Look through the records that follow. Copy every line containing the word "extrude".

_Data provided_:
§ §
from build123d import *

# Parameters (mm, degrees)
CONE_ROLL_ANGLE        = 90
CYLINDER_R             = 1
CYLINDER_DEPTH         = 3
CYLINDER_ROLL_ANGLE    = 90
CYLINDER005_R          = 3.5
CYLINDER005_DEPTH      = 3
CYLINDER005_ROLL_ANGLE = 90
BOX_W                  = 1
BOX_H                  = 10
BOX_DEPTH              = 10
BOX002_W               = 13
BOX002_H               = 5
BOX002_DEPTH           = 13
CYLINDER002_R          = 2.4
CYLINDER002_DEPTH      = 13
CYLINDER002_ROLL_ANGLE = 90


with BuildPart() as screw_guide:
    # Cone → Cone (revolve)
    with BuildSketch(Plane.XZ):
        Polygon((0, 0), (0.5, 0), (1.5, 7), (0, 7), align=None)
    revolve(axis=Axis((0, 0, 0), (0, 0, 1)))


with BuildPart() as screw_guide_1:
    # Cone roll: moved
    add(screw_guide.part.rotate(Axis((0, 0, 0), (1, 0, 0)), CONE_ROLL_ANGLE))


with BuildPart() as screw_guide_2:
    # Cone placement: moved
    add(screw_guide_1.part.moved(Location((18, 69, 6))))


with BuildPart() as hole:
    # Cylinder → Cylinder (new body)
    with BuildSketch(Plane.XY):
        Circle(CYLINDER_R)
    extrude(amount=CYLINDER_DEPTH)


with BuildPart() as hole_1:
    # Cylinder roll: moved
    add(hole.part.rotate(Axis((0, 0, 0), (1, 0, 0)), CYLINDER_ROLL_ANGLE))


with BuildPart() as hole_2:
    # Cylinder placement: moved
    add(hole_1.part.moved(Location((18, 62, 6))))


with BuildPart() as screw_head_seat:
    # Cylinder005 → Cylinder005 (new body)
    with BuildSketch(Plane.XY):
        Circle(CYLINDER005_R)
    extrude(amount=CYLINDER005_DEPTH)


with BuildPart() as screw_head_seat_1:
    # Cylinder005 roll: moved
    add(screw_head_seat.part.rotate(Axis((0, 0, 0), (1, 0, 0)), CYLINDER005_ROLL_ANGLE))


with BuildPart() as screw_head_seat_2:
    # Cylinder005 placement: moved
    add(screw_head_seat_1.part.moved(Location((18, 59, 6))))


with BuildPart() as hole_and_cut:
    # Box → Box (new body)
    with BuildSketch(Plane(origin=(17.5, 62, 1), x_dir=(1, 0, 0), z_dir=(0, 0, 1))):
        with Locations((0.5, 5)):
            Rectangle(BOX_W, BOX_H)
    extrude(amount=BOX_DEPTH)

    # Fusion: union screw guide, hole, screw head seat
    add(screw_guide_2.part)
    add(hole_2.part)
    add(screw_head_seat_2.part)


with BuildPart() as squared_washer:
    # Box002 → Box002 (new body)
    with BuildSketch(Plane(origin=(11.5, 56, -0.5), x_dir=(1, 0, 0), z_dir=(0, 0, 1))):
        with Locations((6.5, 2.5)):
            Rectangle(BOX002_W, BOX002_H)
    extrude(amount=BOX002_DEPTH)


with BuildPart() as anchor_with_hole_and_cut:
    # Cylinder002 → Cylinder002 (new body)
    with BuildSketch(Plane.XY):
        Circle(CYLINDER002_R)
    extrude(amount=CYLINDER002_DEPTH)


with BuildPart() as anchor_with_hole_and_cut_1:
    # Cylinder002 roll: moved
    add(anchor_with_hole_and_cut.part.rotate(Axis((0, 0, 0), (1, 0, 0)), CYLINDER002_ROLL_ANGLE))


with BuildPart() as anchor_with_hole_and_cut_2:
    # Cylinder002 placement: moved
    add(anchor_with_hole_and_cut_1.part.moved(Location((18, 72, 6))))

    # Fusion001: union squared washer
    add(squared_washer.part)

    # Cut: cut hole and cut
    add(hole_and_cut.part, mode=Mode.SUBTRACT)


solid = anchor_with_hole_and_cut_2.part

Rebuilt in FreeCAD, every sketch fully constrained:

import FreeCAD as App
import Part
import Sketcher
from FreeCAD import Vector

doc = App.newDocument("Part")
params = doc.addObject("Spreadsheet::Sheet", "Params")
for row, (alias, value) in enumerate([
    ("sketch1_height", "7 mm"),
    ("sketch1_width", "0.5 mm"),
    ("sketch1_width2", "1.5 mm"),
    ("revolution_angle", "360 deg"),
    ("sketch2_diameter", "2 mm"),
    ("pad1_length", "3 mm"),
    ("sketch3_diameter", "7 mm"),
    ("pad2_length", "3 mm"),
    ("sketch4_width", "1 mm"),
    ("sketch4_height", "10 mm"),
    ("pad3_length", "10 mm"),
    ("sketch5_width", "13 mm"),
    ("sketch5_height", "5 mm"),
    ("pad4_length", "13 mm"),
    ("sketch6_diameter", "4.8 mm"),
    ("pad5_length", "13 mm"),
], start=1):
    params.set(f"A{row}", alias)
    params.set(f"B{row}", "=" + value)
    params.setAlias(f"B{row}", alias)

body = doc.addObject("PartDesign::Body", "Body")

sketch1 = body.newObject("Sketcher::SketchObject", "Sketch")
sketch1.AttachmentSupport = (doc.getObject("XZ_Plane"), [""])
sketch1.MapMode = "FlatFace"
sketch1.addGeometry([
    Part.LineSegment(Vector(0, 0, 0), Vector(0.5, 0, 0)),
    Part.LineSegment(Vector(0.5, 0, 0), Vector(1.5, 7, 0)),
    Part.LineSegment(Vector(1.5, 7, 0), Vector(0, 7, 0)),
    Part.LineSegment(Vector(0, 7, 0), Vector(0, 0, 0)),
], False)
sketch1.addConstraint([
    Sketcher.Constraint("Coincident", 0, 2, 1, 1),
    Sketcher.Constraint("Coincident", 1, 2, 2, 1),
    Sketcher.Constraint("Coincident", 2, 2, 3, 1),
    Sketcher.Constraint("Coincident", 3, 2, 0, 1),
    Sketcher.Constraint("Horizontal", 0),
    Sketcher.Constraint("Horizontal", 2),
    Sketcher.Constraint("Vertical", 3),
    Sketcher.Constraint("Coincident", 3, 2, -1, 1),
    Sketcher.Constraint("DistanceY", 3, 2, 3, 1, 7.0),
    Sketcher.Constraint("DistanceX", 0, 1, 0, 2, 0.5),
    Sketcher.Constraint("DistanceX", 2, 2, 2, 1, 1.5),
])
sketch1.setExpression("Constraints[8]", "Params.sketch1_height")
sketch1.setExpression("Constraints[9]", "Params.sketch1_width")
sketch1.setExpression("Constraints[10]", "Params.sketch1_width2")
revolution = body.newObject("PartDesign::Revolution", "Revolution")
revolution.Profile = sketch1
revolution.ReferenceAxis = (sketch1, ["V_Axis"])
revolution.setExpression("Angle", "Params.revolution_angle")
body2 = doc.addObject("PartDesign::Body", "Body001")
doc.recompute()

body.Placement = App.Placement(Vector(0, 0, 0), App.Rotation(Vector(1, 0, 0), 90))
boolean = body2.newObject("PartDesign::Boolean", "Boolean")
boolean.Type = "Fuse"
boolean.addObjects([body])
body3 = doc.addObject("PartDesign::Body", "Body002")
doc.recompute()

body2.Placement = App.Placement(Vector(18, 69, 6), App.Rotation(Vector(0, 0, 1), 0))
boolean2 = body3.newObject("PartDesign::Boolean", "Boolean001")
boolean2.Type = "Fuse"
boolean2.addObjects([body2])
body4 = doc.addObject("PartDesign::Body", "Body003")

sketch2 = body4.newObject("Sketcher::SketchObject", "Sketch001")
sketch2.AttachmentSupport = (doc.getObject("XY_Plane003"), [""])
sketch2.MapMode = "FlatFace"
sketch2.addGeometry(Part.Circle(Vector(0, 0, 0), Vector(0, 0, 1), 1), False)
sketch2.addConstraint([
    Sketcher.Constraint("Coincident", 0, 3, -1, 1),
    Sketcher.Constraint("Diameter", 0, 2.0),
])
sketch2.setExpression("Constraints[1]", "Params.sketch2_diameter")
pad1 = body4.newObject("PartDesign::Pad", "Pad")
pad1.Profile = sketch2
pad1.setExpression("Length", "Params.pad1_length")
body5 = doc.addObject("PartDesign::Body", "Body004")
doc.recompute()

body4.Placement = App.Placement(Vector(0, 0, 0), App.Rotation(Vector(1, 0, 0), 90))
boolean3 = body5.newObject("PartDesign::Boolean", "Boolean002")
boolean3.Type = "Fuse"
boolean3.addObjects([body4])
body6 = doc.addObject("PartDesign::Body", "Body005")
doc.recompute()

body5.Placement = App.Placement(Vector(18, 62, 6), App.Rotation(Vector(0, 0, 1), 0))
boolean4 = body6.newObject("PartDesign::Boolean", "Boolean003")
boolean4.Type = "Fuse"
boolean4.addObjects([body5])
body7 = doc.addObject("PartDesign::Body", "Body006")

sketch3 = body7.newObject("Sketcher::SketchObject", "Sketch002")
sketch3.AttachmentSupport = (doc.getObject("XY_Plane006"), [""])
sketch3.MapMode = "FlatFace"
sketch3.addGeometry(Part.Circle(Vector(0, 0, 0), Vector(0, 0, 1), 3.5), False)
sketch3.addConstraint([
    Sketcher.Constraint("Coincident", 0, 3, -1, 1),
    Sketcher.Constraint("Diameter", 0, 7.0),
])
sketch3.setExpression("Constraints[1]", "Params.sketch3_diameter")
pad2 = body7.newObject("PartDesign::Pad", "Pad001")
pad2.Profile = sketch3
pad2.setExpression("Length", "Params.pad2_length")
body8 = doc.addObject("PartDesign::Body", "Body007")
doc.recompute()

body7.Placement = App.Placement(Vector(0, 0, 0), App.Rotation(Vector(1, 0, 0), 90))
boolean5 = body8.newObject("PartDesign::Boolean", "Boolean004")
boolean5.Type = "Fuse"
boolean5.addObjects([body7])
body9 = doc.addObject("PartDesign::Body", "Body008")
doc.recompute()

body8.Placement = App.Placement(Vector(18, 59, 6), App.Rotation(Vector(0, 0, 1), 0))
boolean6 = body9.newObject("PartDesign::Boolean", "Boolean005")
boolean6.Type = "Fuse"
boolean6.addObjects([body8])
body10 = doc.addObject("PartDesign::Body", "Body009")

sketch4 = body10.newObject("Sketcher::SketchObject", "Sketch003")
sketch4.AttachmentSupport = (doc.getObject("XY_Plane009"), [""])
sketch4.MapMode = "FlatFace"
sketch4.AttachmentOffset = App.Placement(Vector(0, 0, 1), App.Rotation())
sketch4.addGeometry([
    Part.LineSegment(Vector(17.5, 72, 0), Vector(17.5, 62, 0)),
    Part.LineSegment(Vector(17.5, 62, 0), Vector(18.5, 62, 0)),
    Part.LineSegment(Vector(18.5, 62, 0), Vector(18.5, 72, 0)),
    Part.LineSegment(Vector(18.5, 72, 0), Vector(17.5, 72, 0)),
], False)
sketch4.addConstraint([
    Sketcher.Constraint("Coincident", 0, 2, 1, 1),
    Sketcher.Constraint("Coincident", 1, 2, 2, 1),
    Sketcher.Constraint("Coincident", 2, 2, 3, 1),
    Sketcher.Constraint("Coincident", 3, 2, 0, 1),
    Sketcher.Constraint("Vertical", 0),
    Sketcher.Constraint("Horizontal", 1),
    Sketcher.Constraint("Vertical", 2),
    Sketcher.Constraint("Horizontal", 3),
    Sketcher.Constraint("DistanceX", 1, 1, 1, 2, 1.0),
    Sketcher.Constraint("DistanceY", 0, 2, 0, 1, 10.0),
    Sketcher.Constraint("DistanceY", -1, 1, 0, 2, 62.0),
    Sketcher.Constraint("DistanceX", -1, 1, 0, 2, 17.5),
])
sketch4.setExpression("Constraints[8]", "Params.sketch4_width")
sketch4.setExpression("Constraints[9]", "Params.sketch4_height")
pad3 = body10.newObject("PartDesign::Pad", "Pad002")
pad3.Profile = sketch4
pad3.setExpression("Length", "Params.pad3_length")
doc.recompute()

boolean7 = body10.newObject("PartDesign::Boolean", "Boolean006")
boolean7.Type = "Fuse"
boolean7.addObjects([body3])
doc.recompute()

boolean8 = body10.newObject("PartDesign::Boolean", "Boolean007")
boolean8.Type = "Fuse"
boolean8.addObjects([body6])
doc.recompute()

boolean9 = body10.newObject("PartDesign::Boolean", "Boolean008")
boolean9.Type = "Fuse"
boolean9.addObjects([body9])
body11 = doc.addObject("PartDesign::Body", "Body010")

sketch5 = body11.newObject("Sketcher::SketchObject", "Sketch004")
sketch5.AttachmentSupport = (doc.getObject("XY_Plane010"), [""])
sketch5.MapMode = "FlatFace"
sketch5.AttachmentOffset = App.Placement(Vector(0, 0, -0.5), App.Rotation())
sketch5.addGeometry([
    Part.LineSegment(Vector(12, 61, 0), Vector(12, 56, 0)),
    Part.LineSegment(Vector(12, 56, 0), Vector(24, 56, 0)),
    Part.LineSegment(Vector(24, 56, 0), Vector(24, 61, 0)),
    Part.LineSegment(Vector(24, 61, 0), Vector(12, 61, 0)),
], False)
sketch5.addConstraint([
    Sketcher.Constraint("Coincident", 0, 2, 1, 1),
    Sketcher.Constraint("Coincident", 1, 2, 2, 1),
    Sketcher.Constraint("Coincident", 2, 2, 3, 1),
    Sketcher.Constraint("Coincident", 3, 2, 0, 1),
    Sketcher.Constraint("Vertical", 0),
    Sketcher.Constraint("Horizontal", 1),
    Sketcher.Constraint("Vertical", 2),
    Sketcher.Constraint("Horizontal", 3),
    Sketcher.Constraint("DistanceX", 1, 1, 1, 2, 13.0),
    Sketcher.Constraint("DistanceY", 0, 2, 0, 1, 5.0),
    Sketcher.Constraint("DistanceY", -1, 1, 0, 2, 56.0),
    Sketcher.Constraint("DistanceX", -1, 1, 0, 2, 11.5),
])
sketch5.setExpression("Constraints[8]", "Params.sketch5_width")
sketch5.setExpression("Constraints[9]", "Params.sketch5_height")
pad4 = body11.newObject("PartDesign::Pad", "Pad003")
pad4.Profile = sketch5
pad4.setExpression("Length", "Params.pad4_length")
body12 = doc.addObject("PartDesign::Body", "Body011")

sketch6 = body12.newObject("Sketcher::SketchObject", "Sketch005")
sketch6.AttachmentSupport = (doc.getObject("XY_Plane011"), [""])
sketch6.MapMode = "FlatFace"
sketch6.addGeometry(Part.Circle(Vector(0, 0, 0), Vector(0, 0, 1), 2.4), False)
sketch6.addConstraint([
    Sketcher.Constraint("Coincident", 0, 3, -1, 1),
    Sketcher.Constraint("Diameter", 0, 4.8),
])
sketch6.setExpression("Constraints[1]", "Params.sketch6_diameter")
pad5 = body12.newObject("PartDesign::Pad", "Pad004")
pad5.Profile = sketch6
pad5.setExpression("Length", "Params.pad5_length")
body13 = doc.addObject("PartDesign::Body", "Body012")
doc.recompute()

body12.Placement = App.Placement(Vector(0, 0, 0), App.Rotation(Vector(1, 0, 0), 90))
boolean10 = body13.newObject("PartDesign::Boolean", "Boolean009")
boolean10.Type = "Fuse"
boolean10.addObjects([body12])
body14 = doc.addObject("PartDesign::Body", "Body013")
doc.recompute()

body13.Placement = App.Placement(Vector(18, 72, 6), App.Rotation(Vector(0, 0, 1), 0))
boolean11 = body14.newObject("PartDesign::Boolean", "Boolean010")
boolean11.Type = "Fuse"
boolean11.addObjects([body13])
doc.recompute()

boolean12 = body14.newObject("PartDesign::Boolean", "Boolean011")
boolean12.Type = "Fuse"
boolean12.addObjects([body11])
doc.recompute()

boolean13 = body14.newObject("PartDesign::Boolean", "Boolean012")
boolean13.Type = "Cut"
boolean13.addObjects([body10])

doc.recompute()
§ §
_Task output_:
    extrude(amount=CYLINDER_DEPTH)
    extrude(amount=CYLINDER005_DEPTH)
    extrude(amount=BOX_DEPTH)
    extrude(amount=BOX002_DEPTH)
    extrude(amount=CYLINDER002_DEPTH)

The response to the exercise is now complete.